PROBLEM TO SOLVE
From the data below, repeat exactly the lines from the line with "#33=ORIENTED_EDGE('',*,*,#32,.T.);" to the line with "#93=CARTESIAN_POINT('',(-0.9093,-1.,-0.525));", both included.

SUPPLIED ENTRIES
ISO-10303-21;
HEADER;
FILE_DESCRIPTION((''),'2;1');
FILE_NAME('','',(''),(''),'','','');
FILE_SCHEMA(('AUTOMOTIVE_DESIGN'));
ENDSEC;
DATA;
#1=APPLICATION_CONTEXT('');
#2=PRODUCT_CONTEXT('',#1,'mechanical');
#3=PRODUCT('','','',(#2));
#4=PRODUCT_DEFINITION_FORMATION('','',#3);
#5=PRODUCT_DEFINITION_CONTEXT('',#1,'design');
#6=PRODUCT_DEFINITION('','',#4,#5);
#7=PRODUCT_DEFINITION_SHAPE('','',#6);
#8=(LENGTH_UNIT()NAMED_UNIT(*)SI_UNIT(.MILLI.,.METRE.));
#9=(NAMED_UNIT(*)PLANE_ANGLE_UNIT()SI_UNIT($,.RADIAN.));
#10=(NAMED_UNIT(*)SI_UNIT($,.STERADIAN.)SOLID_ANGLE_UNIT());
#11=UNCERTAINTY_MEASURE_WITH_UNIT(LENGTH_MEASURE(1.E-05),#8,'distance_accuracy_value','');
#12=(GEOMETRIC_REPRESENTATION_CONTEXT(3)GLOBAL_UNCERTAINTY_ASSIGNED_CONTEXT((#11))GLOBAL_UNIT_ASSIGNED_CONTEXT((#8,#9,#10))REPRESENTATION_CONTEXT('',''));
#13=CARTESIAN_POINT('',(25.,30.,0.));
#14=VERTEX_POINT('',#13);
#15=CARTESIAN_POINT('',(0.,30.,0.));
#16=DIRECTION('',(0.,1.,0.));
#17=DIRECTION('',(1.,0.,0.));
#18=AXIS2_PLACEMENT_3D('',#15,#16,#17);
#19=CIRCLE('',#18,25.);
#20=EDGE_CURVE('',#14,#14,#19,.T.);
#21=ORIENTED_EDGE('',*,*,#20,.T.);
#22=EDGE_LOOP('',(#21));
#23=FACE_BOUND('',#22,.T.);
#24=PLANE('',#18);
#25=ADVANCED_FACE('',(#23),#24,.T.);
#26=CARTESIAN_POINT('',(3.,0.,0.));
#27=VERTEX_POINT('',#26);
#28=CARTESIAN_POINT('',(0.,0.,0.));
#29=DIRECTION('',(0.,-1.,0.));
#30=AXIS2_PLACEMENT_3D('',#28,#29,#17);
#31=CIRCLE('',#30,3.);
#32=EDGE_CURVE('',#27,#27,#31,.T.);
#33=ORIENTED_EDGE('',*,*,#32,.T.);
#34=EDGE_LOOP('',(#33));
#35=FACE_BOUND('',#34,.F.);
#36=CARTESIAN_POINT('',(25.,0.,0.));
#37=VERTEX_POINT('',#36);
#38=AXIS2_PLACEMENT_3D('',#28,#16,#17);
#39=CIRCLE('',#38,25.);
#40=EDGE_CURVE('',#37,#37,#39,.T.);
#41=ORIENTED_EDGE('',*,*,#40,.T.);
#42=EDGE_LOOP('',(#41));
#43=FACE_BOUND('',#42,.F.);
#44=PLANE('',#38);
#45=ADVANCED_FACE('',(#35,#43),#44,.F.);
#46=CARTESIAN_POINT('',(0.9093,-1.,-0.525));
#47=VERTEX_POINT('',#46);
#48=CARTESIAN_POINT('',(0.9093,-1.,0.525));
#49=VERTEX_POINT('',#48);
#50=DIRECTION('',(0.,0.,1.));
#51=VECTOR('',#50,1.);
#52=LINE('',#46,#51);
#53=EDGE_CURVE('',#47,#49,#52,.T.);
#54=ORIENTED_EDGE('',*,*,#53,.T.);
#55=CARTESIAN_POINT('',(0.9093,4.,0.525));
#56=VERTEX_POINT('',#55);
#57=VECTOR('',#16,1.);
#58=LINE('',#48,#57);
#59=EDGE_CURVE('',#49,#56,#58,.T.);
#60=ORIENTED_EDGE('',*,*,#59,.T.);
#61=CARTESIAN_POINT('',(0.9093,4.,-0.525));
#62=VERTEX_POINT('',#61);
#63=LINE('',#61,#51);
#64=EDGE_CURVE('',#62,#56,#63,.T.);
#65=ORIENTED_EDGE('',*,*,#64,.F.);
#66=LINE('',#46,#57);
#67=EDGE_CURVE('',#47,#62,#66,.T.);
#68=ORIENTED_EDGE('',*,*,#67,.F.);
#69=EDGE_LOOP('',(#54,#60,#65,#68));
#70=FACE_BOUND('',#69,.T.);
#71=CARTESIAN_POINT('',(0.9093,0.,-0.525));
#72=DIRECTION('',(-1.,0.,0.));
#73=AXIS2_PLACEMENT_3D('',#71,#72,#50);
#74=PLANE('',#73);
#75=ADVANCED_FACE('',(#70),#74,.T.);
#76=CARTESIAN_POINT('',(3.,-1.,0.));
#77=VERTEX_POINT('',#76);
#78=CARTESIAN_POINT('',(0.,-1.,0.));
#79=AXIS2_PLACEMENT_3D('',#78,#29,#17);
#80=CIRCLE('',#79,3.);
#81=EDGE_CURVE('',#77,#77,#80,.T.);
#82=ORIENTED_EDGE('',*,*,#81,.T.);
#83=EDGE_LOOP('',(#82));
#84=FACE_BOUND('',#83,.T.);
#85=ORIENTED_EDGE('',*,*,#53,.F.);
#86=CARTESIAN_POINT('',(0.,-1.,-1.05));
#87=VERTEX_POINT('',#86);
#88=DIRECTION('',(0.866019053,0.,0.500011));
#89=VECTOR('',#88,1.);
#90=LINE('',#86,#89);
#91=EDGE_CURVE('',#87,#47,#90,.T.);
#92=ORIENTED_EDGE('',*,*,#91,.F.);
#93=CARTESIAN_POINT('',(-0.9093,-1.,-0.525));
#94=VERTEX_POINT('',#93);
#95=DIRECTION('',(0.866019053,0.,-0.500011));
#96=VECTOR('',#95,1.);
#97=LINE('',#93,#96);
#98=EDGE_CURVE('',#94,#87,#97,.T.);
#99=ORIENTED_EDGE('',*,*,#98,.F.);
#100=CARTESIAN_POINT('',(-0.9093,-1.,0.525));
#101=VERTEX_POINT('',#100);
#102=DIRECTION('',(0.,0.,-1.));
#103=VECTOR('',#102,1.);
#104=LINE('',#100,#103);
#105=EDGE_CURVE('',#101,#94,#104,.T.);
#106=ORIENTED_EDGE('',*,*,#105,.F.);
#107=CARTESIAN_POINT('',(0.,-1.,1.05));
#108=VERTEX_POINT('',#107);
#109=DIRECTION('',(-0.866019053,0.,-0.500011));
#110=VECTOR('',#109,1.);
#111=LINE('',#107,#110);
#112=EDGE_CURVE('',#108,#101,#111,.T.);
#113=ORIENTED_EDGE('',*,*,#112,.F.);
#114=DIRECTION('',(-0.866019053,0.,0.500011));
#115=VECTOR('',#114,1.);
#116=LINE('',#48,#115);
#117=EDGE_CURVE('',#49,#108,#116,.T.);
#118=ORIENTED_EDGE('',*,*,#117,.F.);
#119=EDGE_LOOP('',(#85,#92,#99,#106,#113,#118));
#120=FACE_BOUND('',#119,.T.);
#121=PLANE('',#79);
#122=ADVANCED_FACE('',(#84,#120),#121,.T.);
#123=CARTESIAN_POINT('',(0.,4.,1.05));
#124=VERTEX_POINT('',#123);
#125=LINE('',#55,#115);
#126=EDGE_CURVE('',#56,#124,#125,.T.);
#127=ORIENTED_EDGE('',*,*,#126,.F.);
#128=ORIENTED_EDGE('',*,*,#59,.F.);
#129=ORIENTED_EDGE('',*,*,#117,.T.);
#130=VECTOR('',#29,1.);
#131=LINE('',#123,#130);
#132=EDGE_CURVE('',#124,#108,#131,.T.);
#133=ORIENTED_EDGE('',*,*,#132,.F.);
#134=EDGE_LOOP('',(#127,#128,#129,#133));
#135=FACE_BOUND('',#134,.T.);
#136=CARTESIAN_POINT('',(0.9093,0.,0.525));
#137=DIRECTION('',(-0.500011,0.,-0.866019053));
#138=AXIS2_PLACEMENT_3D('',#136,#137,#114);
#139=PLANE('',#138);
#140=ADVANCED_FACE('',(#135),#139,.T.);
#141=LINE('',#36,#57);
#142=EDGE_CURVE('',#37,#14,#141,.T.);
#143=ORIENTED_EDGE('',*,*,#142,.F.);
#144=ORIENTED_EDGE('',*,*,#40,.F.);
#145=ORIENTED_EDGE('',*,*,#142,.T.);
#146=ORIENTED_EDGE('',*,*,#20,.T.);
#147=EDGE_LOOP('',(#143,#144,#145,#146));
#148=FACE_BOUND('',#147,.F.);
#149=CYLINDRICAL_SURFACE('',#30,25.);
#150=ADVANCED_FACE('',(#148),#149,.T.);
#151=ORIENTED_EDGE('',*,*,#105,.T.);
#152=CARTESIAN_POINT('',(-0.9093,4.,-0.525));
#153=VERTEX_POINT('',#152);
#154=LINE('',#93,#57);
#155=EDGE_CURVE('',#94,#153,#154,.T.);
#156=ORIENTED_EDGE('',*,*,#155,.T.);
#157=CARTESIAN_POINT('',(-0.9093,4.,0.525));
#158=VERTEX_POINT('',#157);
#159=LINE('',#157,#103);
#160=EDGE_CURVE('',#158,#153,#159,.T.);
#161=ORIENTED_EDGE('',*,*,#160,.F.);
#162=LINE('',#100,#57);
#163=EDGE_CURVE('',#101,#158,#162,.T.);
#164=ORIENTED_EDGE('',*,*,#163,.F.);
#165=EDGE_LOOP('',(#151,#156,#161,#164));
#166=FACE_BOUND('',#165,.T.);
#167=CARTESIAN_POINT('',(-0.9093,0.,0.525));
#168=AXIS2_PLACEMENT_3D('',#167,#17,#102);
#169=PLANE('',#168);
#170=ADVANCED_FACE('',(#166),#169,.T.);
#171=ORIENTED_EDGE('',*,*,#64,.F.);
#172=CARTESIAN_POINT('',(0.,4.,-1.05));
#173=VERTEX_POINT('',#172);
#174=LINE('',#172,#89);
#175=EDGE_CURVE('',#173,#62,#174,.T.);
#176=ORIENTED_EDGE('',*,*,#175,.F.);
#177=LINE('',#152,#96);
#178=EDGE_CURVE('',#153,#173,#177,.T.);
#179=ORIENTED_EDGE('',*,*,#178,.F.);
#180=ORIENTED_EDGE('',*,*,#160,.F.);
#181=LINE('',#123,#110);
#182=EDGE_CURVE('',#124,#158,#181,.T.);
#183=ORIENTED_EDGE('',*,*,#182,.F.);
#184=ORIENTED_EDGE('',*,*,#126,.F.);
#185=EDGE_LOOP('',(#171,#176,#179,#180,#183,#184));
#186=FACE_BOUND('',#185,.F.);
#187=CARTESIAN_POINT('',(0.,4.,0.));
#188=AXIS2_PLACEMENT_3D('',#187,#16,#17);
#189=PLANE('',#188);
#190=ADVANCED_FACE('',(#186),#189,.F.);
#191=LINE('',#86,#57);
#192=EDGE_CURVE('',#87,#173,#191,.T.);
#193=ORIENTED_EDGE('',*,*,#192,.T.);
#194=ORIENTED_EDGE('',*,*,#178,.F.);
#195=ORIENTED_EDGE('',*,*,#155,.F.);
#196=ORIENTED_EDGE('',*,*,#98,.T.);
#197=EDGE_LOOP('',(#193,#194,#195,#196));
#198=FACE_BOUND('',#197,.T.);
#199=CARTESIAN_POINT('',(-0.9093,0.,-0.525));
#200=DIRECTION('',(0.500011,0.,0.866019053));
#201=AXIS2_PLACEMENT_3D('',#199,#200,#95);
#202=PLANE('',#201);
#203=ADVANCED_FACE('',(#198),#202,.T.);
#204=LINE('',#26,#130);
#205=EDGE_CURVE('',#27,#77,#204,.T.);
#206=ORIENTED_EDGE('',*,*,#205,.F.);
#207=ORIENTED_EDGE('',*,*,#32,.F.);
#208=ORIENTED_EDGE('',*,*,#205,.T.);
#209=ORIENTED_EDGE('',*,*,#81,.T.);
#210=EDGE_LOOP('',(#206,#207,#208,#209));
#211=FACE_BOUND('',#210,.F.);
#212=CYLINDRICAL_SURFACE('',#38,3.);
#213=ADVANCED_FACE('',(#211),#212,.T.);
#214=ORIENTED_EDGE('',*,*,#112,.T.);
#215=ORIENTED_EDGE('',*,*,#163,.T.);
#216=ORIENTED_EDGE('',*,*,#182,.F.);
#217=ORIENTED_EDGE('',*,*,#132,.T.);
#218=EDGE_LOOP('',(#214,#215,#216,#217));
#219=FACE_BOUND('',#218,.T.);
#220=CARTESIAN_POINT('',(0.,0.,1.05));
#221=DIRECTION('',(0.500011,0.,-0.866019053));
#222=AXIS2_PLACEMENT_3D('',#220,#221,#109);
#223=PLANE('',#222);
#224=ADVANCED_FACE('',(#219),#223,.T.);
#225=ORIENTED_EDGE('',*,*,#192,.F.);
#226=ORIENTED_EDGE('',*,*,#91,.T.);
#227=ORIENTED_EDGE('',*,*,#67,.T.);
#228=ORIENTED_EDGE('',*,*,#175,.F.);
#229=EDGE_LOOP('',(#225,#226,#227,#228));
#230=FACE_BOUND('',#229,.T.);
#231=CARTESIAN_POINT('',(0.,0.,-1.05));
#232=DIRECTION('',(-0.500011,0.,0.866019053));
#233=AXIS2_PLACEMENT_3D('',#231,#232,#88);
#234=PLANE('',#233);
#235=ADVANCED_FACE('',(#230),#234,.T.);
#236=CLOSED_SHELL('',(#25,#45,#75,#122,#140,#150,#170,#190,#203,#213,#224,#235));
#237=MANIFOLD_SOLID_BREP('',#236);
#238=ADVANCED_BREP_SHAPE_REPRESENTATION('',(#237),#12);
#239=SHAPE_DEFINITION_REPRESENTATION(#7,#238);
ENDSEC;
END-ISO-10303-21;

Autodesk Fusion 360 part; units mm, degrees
sketch "スケッチ1" plane through (0, 0, 0) normal (0, 1, 0) x (1, 0, 0)
  circle A0 centre (0, 0) radius 25
  dimension "d1" = 50
extrude "押し出し1" add sketch "スケッチ1" along normal blind 30
sketch "スケッチ2" plane through (0, 0, 0) normal (0, -1, 0) x (1, 0, 0)
  circle A0 centre (0, 0) radius 25
  circle A1 centre (0, 0) radius 3
  line L0 (0, 1.05) -> (-0.9093, 0.525)
  line L1 (-0.9093, 0.525) -> (-0.9093, -0.525)
  line L2 (-0.9093, -0.525) -> (0, -1.05)
  line L3 (0, -1.05) -> (0.9093, -0.525)
  line L4 (0.9093, -0.525) -> (0.9093, 0.525)
  line L5 (0.9093, 0.525) -> (0, 1.05)
  dimension "d4" = 6
  dimension "d5" = 2.1
extrude "押し出し2" add sketch "スケッチ2" along normal blind 1 contours A1
extrude "押し出し3" cut 1 faces at (0, 0, 0.35) along direction (0, 1, 0) blind 4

YOUR SOLUTION
#33=ORIENTED_EDGE('',*,*,#32,.T.);
#34=EDGE_LOOP('',(#33));
#35=FACE_BOUND('',#34,.F.);
#36=CARTESIAN_POINT('',(25.,0.,0.));
#37=VERTEX_POINT('',#36);
#38=AXIS2_PLACEMENT_3D('',#28,#16,#17);
#39=CIRCLE('',#38,25.);
#40=EDGE_CURVE('',#37,#37,#39,.T.);
#41=ORIENTED_EDGE('',*,*,#40,.T.);
#42=EDGE_LOOP('',(#41));
#43=FACE_BOUND('',#42,.F.);
#44=PLANE('',#38);
#45=ADVANCED_FACE('',(#35,#43),#44,.F.);
#46=CARTESIAN_POINT('',(0.9093,-1.,-0.525));
#47=VERTEX_POINT('',#46);
#48=CARTESIAN_POINT('',(0.9093,-1.,0.525));
#49=VERTEX_POINT('',#48);
#50=DIRECTION('',(0.,0.,1.));
#51=VECTOR('',#50,1.);
#52=LINE('',#46,#51);
#53=EDGE_CURVE('',#47,#49,#52,.T.);
#54=ORIENTED_EDGE('',*,*,#53,.T.);
#55=CARTESIAN_POINT('',(0.9093,4.,0.525));
#56=VERTEX_POINT('',#55);
#57=VECTOR('',#16,1.);
#58=LINE('',#48,#57);
#59=EDGE_CURVE('',#49,#56,#58,.T.);
#60=ORIENTED_EDGE('',*,*,#59,.T.);
#61=CARTESIAN_POINT('',(0.9093,4.,-0.525));
#62=VERTEX_POINT('',#61);
#63=LINE('',#61,#51);
#64=EDGE_CURVE('',#62,#56,#63,.T.);
#65=ORIENTED_EDGE('',*,*,#64,.F.);
#66=LINE('',#46,#57);
#67=EDGE_CURVE('',#47,#62,#66,.T.);
#68=ORIENTED_EDGE('',*,*,#67,.F.);
#69=EDGE_LOOP('',(#54,#60,#65,#68));
#70=FACE_BOUND('',#69,.T.);
#71=CARTESIAN_POINT('',(0.9093,0.,-0.525));
#72=DIRECTION('',(-1.,0.,0.));
#73=AXIS2_PLACEMENT_3D('',#71,#72,#50);
#74=PLANE('',#73);
#75=ADVANCED_FACE('',(#70),#74,.T.);
#76=CARTESIAN_POINT('',(3.,-1.,0.));
#77=VERTEX_POINT('',#76);
#78=CARTESIAN_POINT('',(0.,-1.,0.));
#79=AXIS2_PLACEMENT_3D('',#78,#29,#17);
#80=CIRCLE('',#79,3.);
#81=EDGE_CURVE('',#77,#77,#80,.T.);
#82=ORIENTED_EDGE('',*,*,#81,.T.);
#83=EDGE_LOOP('',(#82));
#84=FACE_BOUND('',#83,.T.);
#85=ORIENTED_EDGE('',*,*,#53,.F.);
#86=CARTESIAN_POINT('',(0.,-1.,-1.05));
#87=VERTEX_POINT('',#86);
#88=DIRECTION('',(0.866019053,0.,0.500011));
#89=VECTOR('',#88,1.);
#90=LINE('',#86,#89);
#91=EDGE_CURVE('',#87,#47,#90,.T.);
#92=ORIENTED_EDGE('',*,*,#91,.F.);
#93=CARTESIAN_POINT('',(-0.9093,-1.,-0.525));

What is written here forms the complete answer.